(SUPPLIED DATA)

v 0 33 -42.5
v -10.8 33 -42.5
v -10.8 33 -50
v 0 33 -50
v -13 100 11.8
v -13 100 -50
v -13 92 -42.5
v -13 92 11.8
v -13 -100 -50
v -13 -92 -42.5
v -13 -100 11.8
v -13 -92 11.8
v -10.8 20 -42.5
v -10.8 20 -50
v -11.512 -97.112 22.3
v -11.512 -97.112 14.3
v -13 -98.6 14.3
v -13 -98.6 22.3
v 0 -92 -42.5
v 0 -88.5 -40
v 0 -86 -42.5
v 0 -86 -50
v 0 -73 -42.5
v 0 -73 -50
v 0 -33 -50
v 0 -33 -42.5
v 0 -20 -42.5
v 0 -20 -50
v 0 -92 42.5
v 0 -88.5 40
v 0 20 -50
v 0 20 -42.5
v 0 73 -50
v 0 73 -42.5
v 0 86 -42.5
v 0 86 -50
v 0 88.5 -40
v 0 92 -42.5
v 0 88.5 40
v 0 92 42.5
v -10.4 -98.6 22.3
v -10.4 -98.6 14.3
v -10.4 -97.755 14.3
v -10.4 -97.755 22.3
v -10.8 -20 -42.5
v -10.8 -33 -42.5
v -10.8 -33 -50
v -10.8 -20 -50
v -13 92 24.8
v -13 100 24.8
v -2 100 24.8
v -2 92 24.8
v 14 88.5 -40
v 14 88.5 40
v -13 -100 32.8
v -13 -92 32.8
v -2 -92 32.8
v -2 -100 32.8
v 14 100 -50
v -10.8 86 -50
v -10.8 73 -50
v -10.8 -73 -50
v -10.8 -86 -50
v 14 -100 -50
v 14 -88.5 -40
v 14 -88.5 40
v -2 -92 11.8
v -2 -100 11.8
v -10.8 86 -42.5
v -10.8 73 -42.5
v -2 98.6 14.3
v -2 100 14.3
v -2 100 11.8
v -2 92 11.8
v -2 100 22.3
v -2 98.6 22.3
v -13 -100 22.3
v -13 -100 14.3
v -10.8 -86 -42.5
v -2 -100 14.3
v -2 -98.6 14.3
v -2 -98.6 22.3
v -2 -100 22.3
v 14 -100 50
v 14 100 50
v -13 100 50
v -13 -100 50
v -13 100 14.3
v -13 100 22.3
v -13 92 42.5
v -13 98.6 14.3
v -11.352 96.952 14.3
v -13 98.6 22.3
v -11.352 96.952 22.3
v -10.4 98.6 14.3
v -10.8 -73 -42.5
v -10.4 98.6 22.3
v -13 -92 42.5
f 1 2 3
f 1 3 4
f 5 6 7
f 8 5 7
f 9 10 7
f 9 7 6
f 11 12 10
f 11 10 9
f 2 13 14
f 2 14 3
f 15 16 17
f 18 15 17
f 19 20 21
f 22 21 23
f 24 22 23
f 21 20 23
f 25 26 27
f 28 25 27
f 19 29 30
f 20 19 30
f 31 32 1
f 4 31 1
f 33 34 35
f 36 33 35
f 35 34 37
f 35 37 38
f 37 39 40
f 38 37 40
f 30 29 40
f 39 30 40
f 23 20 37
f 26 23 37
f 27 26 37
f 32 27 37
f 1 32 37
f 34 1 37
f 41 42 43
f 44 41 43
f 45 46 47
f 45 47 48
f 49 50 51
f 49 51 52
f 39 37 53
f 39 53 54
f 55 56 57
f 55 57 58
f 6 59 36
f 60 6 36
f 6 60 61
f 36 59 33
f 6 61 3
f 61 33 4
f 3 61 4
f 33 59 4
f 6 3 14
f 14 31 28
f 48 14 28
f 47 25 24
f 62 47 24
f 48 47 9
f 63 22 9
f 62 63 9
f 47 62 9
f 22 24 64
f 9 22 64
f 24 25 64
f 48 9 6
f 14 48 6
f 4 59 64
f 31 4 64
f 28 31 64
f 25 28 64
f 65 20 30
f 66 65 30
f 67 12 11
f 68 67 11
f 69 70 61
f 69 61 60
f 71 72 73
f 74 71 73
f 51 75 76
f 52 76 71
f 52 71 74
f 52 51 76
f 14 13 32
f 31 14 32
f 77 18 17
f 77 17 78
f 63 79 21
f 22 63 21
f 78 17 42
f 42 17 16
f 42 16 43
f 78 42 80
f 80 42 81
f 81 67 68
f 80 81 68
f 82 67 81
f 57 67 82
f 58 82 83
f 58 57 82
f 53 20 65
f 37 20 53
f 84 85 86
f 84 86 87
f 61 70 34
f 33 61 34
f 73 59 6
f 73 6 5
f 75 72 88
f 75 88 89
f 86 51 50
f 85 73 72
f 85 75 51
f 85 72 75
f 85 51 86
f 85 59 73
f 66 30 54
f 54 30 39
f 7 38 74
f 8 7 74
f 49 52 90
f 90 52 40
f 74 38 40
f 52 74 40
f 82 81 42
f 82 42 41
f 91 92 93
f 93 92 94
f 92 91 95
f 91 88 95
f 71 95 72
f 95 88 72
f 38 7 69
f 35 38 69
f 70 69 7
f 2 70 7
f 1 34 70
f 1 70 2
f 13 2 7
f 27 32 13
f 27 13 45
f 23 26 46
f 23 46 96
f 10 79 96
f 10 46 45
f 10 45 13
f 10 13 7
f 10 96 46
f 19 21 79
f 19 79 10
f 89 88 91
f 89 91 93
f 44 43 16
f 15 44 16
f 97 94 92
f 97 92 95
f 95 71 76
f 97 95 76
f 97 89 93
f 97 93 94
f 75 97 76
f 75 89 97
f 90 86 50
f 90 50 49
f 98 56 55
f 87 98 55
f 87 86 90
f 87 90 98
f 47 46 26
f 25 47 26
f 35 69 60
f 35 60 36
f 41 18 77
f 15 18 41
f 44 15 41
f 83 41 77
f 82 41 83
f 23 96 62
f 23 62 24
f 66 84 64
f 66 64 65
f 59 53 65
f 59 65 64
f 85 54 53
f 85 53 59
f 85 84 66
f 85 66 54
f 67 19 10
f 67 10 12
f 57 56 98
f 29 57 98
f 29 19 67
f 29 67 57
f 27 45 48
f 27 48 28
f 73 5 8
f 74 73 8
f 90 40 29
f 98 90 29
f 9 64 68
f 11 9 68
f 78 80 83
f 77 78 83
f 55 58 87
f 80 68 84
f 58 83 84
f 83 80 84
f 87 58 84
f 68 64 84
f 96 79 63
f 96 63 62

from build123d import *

# Parameters (mm, degrees)
SKETCH1_W           = 200
SKETCH1_H           = 100
SKETCH1_W_2         = 177
SKETCH1_H_2         = 80
BOSS_EXTRUDE1_DEPTH = 14
SKETCH2_W           = 200
SKETCH2_H           = 100
SKETCH2_W_2         = 184
SKETCH2_H_2         = 85
BOSS_EXTRUDE2_DEPTH = 13
SKETCH4_W           = 10.8
SKETCH4_H           = 13
CUT_EXTRUDE2_DEPTH  = 137.938854968
SKETCH5_W           = 8
SKETCH5_H           = 13
SKETCH5_H_2         = 21
CUT_EXTRUDE3_DEPTH  = 11
SKETCH7_W           = 1.4
SKETCH7_H           = 8
BOSS_EXTRUDE3_DEPTH = 11
SKETCH8_W           = 2.6
SKETCH8_H           = 8
BOSS_EXTRUDE4_DEPTH = 2
CHAMFER3_SIZE       = 2
CHAMFER4_SIZE       = 1.154700538
CHAMFER4_SIZE_2     = 2
MIRROR2_START       = 14.3
MIRROR2_DEPTH       = 8


# Read off the part's stored shape, not the designer's step: Mirror2
with BuildPart() as part:
    # Sketch1 → Boss-Extrude1 (new body)
    with BuildSketch(Plane.YZ):
        Rectangle(SKETCH1_W, SKETCH1_H)
        Rectangle(SKETCH1_W_2, SKETCH1_H_2, mode=Mode.SUBTRACT)
    extrude(amount=BOSS_EXTRUDE1_DEPTH)

    # Sketch2 → Boss-Extrude2 (add)
    with BuildSketch(Plane(origin=(0, 0, 0), x_dir=(0, -1, 0), z_dir=(-1, 0, 0))):
        Rectangle(SKETCH2_W, SKETCH2_H)
        Rectangle(SKETCH2_W_2, SKETCH2_H_2, mode=Mode.SUBTRACT)
    extrude(amount=BOSS_EXTRUDE2_DEPTH)

    # Sketch4 → Cut-Extrude2 (cut, through all)
    with BuildSketch(Plane.XY.offset(-42.5)):
        with Locations((-5.4, 79.5)):
            Rectangle(SKETCH4_W, SKETCH4_H)
        with Locations((-5.4, 26.5)):
            Rectangle(SKETCH4_W, SKETCH4_H)
        with Locations((-5.4, -26.5)):
            Rectangle(SKETCH4_W, SKETCH4_H)
        with Locations((-5.4, -79.5)):
            Rectangle(SKETCH4_W, SKETCH4_H)
    extrude(amount=-CUT_EXTRUDE2_DEPTH, mode=Mode.SUBTRACT)

    # Sketch5 → Cut-Extrude3 (cut)
    with BuildSketch(Plane(origin=(-13, 0, 0), x_dir=(0, -1, 0), z_dir=(-1, 0, 0))):
        with Locations((-96, 18.3)):
            Rectangle(SKETCH5_W, SKETCH5_H)
        with Locations((96, 22.3)):
            Rectangle(SKETCH5_W, SKETCH5_H_2)
    extrude(amount=-CUT_EXTRUDE3_DEPTH, mode=Mode.SUBTRACT)

    # Sketch7 → Boss-Extrude3 (add)
    with BuildSketch(Plane(origin=(-2, 0, 0), x_dir=(0, -1, 0), z_dir=(-1, 0, 0))):
        with Locations((-99.3, 18.3)):
            Rectangle(SKETCH7_W, SKETCH7_H)
        with Locations((99.3, 18.3)):
            Rectangle(SKETCH7_W, SKETCH7_H)
    extrude(amount=BOSS_EXTRUDE3_DEPTH)

    # Sketch8 → Boss-Extrude4 (add)
    with BuildSketch(Plane.XZ.offset(-98.6)):
        with Locations((-11.7, 18.3)):
            Rectangle(SKETCH8_W, SKETCH8_H)
    extrude(amount=BOSS_EXTRUDE4_DEPTH)

    # Chamfer3
    chamfer3_edges = [part.edges().sort_by_distance(p)[0] for p in [
        (-13, 96.6, 18.3),
    ]]
    chamfer(chamfer3_edges, length=CHAMFER3_SIZE)

    # Chamfer4
    # the kernel refuses this chamfer: 2, 1.154700538 mm, written as the material it takes off along each edge
    with BuildSketch(Plane(origin=(-10.4, 96.6, 27.474171509), x_dir=(-0.9983227437537927, -0.057893862402668146, 0), z_dir=(0, 0, -1))) as chamfer4_piece_1_section:
        Polygon((CHAMFER4_SIZE * 0.998322744082, CHAMFER4_SIZE * 0.0578938624217), (-CHAMFER4_SIZE_2 * 0.0578938624027, CHAMFER4_SIZE_2 * 0.998322743754), (0, 0), align=None)
    chamfer4_piece_1 = extrude(amount=18.348343019, mode=Mode.PRIVATE)
    chamfer4_piece_1 = split(chamfer4_piece_1, bisect_by=Plane(origin=(-10.737181007, 97.317358716, 24.8), z_dir=(0, 0, -1)), keep=Keep.TOP, mode=Mode.PRIVATE)
    chamfer4_piece_1 = split(chamfer4_piece_1, bisect_by=Plane(origin=(-10.737181007, 97.317358716, 11.8), z_dir=(0, 0, 1)), keep=Keep.TOP, mode=Mode.PRIVATE)
    add(chamfer4_piece_1, mode=Mode.SUBTRACT)

    # Mirror2 outline → Mirror2 (add)
    with BuildSketch(Plane.XY.offset(MIRROR2_START)):
        Polygon((-13, -98.6), (-10.4, -98.6), (-10.4, -97.754700538), (-11.512435565, -97.112435565), align=None)
    extrude(amount=MIRROR2_DEPTH)


solid = part.part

(End SUPPLIED DATA)

▶ _WHAT YOU HAVE TO DO_
Your response should hold the lines from the first line of the entries above through the line with "v 0 -86 -42.5", each retyped exactly, and nothing else.

▶ _RESPONSE TO THE TASK_
v 0 33 -42.5
v -10.8 33 -42.5
v -10.8 33 -50
v 0 33 -50
v -13 100 11.8
v -13 100 -50
v -13 92 -42.5
v -13 92 11.8
v -13 -100 -50
v -13 -92 -42.5
v -13 -100 11.8
v -13 -92 11.8
v -10.8 20 -42.5
v -10.8 20 -50
v -11.512 -97.112 22.3
v -11.512 -97.112 14.3
v -13 -98.6 14.3
v -13 -98.6 22.3
v 0 -92 -42.5
v 0 -88.5 -40
v 0 -86 -42.5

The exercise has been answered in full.